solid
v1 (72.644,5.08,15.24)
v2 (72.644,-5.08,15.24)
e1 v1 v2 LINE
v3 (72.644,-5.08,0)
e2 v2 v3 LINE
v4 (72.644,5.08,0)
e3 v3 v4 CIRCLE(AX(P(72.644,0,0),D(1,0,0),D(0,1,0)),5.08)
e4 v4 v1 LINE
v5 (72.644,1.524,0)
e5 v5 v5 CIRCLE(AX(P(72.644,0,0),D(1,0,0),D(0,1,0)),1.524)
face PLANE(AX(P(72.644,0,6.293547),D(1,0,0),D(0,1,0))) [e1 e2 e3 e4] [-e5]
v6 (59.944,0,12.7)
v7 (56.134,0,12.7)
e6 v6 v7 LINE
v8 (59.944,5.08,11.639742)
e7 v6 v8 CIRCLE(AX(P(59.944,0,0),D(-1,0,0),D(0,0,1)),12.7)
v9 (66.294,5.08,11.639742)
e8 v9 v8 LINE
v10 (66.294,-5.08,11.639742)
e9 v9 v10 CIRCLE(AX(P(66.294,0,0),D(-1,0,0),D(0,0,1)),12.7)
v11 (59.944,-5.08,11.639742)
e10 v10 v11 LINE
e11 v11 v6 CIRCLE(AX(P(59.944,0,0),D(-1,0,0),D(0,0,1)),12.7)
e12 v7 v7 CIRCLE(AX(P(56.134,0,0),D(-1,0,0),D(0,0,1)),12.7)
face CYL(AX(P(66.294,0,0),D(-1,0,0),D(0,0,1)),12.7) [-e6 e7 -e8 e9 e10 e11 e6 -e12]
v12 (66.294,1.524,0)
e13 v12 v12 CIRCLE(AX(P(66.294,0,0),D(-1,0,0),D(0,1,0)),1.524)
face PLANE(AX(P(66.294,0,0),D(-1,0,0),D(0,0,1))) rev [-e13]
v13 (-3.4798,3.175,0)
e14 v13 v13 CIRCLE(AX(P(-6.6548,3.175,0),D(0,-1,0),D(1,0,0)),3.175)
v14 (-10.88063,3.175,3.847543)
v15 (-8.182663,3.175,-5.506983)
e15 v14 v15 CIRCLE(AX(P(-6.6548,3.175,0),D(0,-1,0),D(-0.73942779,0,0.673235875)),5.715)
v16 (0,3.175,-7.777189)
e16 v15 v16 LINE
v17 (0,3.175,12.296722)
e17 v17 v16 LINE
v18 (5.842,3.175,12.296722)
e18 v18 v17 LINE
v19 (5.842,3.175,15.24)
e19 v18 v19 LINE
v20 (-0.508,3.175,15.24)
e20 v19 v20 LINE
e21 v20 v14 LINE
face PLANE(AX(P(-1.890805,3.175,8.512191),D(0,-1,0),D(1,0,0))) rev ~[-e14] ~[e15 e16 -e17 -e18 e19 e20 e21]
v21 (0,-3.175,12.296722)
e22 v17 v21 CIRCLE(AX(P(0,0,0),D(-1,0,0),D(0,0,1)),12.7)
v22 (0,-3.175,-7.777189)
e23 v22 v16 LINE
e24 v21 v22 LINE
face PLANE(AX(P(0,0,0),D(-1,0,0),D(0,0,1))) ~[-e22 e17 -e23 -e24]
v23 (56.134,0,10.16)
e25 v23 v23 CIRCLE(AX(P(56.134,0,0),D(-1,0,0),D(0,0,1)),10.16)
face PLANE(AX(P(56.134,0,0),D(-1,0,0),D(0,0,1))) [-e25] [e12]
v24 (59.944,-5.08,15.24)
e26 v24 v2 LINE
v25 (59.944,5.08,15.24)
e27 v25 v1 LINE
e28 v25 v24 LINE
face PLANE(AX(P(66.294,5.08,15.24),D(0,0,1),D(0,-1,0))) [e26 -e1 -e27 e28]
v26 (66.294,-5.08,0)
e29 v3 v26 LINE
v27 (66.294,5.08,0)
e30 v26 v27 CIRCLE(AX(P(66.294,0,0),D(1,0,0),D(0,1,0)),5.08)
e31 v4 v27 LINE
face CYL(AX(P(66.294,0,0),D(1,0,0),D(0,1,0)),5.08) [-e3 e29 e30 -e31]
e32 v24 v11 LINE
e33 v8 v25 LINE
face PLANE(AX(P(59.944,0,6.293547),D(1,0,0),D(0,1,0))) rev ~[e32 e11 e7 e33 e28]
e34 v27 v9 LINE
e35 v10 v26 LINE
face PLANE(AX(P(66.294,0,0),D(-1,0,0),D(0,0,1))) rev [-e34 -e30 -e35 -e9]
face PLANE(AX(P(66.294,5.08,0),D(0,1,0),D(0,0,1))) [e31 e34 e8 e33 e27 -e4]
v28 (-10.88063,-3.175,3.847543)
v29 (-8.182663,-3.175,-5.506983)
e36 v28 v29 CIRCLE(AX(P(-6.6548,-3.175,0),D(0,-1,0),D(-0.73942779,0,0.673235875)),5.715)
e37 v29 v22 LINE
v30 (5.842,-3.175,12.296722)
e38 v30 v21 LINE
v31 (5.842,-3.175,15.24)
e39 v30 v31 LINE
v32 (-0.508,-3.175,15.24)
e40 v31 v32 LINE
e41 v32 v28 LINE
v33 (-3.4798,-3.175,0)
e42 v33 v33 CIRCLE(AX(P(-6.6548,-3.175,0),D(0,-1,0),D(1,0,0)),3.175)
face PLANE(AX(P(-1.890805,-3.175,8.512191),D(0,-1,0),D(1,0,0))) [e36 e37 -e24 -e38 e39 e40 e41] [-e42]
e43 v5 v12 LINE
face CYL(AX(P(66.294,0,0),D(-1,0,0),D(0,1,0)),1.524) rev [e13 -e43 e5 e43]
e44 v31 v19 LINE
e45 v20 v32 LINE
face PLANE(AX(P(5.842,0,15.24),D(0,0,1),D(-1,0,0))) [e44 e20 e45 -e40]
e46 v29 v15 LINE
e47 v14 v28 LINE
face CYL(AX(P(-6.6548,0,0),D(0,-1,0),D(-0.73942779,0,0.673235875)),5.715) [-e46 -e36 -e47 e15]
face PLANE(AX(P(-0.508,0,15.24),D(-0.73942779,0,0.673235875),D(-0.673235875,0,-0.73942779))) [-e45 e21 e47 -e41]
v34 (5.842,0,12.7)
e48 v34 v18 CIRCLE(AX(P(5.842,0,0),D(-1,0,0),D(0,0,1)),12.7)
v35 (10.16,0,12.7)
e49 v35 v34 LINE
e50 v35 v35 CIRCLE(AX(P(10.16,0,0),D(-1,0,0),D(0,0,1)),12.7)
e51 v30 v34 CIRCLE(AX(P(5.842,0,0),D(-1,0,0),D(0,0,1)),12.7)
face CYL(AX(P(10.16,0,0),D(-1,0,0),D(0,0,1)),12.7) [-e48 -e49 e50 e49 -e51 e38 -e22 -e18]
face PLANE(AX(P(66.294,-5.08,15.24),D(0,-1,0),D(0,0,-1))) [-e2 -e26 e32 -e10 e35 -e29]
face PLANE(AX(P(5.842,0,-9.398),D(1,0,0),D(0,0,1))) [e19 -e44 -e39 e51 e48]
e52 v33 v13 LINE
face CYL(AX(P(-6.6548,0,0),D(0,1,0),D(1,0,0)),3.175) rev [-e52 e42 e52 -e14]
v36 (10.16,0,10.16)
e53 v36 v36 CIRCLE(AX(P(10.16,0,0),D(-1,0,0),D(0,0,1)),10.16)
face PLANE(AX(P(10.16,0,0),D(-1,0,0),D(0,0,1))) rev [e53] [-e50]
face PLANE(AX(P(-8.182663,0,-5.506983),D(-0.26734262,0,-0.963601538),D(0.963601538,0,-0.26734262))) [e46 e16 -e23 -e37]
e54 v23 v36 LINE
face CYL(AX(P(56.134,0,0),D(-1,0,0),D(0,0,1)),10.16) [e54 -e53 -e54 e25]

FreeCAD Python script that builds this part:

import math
import FreeCAD as App
import Part
import Sketcher
from FreeCAD import Vector
Q = App.Units.Quantity

doc = App.newDocument("Part")
params = doc.addObject("Spreadsheet::Sheet", "Params")
for row, (alias, value) in enumerate([
    ("sketch1_width", "0.4 in"),
    ("sketch1_height", "0.5 in"),
    ("sketch1_height2", "0.1 in"),
    ("sketch1_width2", "1.81 in"),
    ("revolution_angle", "360 deg"),
    ("sketch2_diameter", "0.25 in"),
    ("sketch2_radius", "0.225 in"),
    ("sketch2_width", "0.25 in"),
    ("sketch2_height", "0.97 in"),
    ("pad1_length", "0.25 in"),
    ("sketch3_radius", "0.2 in"),
    ("sketch3_diameter", "0.12 in"),
    ("sketch3_height", "0.6 in"),
    ("pad2_length", "0.5 in"),
], start=1):
    params.set(f"A{row}", alias)
    params.set(f"B{row}", "=" + value)
    params.setAlias(f"B{row}", alias)

body = doc.addObject("PartDesign::Body", "Body")

# Sketch on XZ plane
sketch1 = doc.addObject("Sketcher::SketchObject", "Sketch")
body.addObject(sketch1)
sketch1.AttachmentSupport = (doc.XZ_Plane, [""])
sketch1.MapMode = "FlatFace"
sketch1.addGeometry([
    Part.LineSegment(Vector(66.3, 0, 0), Vector(66.3, 12.7, 0)),  # 0
    Part.LineSegment(Vector(66.3, 12.7, 0), Vector(56.1, 12.7, 0)),  # 1
    Part.LineSegment(Vector(56.1, 12.7, 0), Vector(56.1, 10.2, 0)),  # 2
    Part.LineSegment(Vector(56.1, 10.2, 0), Vector(10.2, 10.2, 0)),  # 3
    Part.LineSegment(Vector(10.2, 10.2, 0), Vector(10.2, 12.7, 0)),  # 4
    Part.LineSegment(Vector(10.2, 12.7, 0), Vector(0, 12.7, 0)),  # 5
    Part.LineSegment(Vector(0, 12.7, 0), Vector(0, 0, 0)),  # 6
    Part.LineSegment(Vector(0, 0, 0), Vector(66.3, 0, 0)),  # 7
], False)
sketch1.addConstraint([
    Sketcher.Constraint("Coincident", 0, 2, 1, 1),
    Sketcher.Constraint("Coincident", 1, 2, 2, 1),
    Sketcher.Constraint("Coincident", 2, 2, 3, 1),
    Sketcher.Constraint("Coincident", 3, 2, 4, 1),
    Sketcher.Constraint("Coincident", 4, 2, 5, 1),
    Sketcher.Constraint("Coincident", 5, 2, 6, 1),
    Sketcher.Constraint("Coincident", 6, 2, 7, 1),
    Sketcher.Constraint("Coincident", 7, 2, 0, 1),
    Sketcher.Constraint("Vertical", 0),
    Sketcher.Constraint("Horizontal", 1),
    Sketcher.Constraint("Vertical", 2),
    Sketcher.Constraint("Horizontal", 3),
    Sketcher.Constraint("Vertical", 4),
    Sketcher.Constraint("Horizontal", 5),
    Sketcher.Constraint("Vertical", 6),
    Sketcher.Constraint("Horizontal", 7),
    Sketcher.Constraint("Coincident", 6, 2, -1, 1),
    Sketcher.Constraint("Horizontal", 1, 2, 4, 2),
    Sketcher.Constraint("Equal", 1, 5),
    Sketcher.Constraint("DistanceX", 1, 2, 1, 1, Q("0.4 in")),
    Sketcher.Constraint("DistanceY", 0, 1, 0, 2, Q("0.5 in")),
    Sketcher.Constraint("DistanceY", 2, 2, 2, 1, Q("0.1 in")),
    Sketcher.Constraint("DistanceX", 3, 2, 3, 1, Q("1.81 in")),
])
sketch1.setExpression("Constraints[19]", "Params.sketch1_width")
sketch1.setExpression("Constraints[20]", "Params.sketch1_height")
sketch1.setExpression("Constraints[21]", "Params.sketch1_height2")
sketch1.setExpression("Constraints[22]", "Params.sketch1_width2")
revolution = doc.addObject("PartDesign::Revolution", "Revolution")
body.addObject(revolution)
revolution.Profile = sketch1
revolution.ReferenceAxis = (sketch1, ["H_Axis"])
revolution.setExpression("Angle", "Params.revolution_angle")

# Sketch on XZ plane
sketch2 = doc.addObject("Sketcher::SketchObject", "Sketch001")
body.addObject(sketch2)
sketch2.AttachmentSupport = (doc.XZ_Plane, [""])
sketch2.MapMode = "FlatFace"
sketch2.addGeometry([
    Part.LineSegment(Vector(5.8, 15.2, 0), Vector(-0.5, 15.2, 0)),  # 0
    Part.LineSegment(Vector(-0.5, 15.2, 0), Vector(-10.9, 3.8, 0)),  # 1
    Part.ArcOfCircle(Part.Circle(Vector(-6.7, 0, 0), Vector(0, 0, 1), 5.7), math.radians(138), math.radians(254)),  # 2
    Part.LineSegment(Vector(-8.2, -5.5, 0), Vector(5.8, -9.4, 0)),  # 3
    Part.LineSegment(Vector(5.8, -9.4, 0), Vector(5.8, 15.2, 0)),  # 4
    Part.Circle(Vector(-6.7, 0, 0), Vector(0, 0, 1), 3.2),  # 5
], False)
sketch2.addConstraint([
    Sketcher.Constraint("Coincident", 0, 2, 1, 1),
    Sketcher.Constraint("Tangent", 1, 2, 2, 1),
    Sketcher.Constraint("Tangent", 2, 2, 3, 1),
    Sketcher.Constraint("Coincident", 3, 2, 4, 1),
    Sketcher.Constraint("Coincident", 4, 2, 0, 1),
    Sketcher.Constraint("Horizontal", 0),
    Sketcher.Constraint("Vertical", 4),
    Sketcher.Constraint("Coincident", 5, 3, 2, 3),
    Sketcher.Constraint("PointOnObject", 2, 3, -1),
    Sketcher.Constraint("Diameter", 5, Q("0.25 in")),
    Sketcher.Constraint("Radius", 2, Q("0.225 in")),
    Sketcher.Constraint("DistanceX", 0, 2, 0, 1, Q("0.25 in")),
    Sketcher.Constraint("DistanceY", 4, 1, 4, 2, Q("0.97 in")),
    Sketcher.Constraint("DistanceY", -1, 1, 0, 2, Q("0.6 in")),
    Sketcher.Constraint("DistanceX", 0, 2, -1, 1, Q("0.02 in")),
    Sketcher.Constraint("DistanceX", 2, 3, -1, 1, Q("0.262 in")),
])
sketch2.setExpression("Constraints[9]", "Params.sketch2_diameter")
sketch2.setExpression("Constraints[10]", "Params.sketch2_radius")
sketch2.setExpression("Constraints[11]", "Params.sketch2_width")
sketch2.setExpression("Constraints[12]", "Params.sketch2_height")
pad1 = doc.addObject("PartDesign::Pad", "Pad")
body.addObject(pad1)
pad1.Profile = sketch2
pad1.setExpression("Length", "Params.pad1_length")
pad1.Midplane = True

# Sketch on YZ plane
sketch3 = doc.addObject("Sketcher::SketchObject", "Sketch002")
body.addObject(sketch3)
sketch3.AttachmentSupport = (doc.YZ_Plane, [""])
sketch3.MapMode = "FlatFace"
sketch3.AttachmentOffset = App.Placement(Vector(0, 0, 2.61 * 25.4), App.Rotation())
sketch3.addGeometry([
    Part.LineSegment(Vector(5.1, 0, 0), Vector(5.1, 15.2, 0)),  # 0
    Part.LineSegment(Vector(5.1, 15.2, 0), Vector(-5.1, 15.2, 0)),  # 1
    Part.LineSegment(Vector(-5.1, 15.2, 0), Vector(-5.1, 0, 0)),  # 2
    Part.ArcOfCircle(Part.Circle(Vector(0, 0, 0), Vector(0, 0, 1), 5.1), math.radians(180), math.radians(360)),  # 3
    Part.Circle(Vector(0, 0, 0), Vector(0, 0, 1), 1.5),  # 4
], False)
sketch3.addConstraint([
    Sketcher.Constraint("Coincident", 0, 2, 1, 1),
    Sketcher.Constraint("Coincident", 1, 2, 2, 1),
    Sketcher.Constraint("Tangent", 2, 2, 3, 1),
    Sketcher.Constraint("Tangent", 3, 2, 0, 1),
    Sketcher.Constraint("Vertical", 0),
    Sketcher.Constraint("Horizontal", 1),
    Sketcher.Constraint("Vertical", 2),
    Sketcher.Constraint("Coincident", 3, 3, -1, 1),
    Sketcher.Constraint("Coincident", 4, 3, -1, 1),
    Sketcher.Constraint("Radius", 3, Q("0.2 in")),
    Sketcher.Constraint("Diameter", 4, Q("0.12 in")),
    Sketcher.Constraint("DistanceY", 0, 1, 0, 2, Q("0.6 in")),
])
sketch3.setExpression("Constraints[9]", "Params.sketch3_radius")
sketch3.setExpression("Constraints[10]", "Params.sketch3_diameter")
sketch3.setExpression("Constraints[11]", "Params.sketch3_height")
pad2 = doc.addObject("PartDesign::Pad", "Pad001")
body.addObject(pad2)
pad2.Profile = sketch3
pad2.setExpression("Length", "Params.pad2_length")
pad2.Midplane = True

doc.recompute()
§ §
* **ASSIGNMENT**
Looking back over the data above, restate word for word the lines that begin at the line with "face CYL(AX(P(56.134,0,0),D(-1,0,0),D(0,0,1)),10.16) [e54" and end at the line with "FreeCAD Python script", inclusive.

* **REPLY TO THE TASK**
face CYL(AX(P(56.134,0,0),D(-1,0,0),D(0,0,1)),10.16) [e54 -e53 -e54 e25]

FreeCAD Python script that builds this part:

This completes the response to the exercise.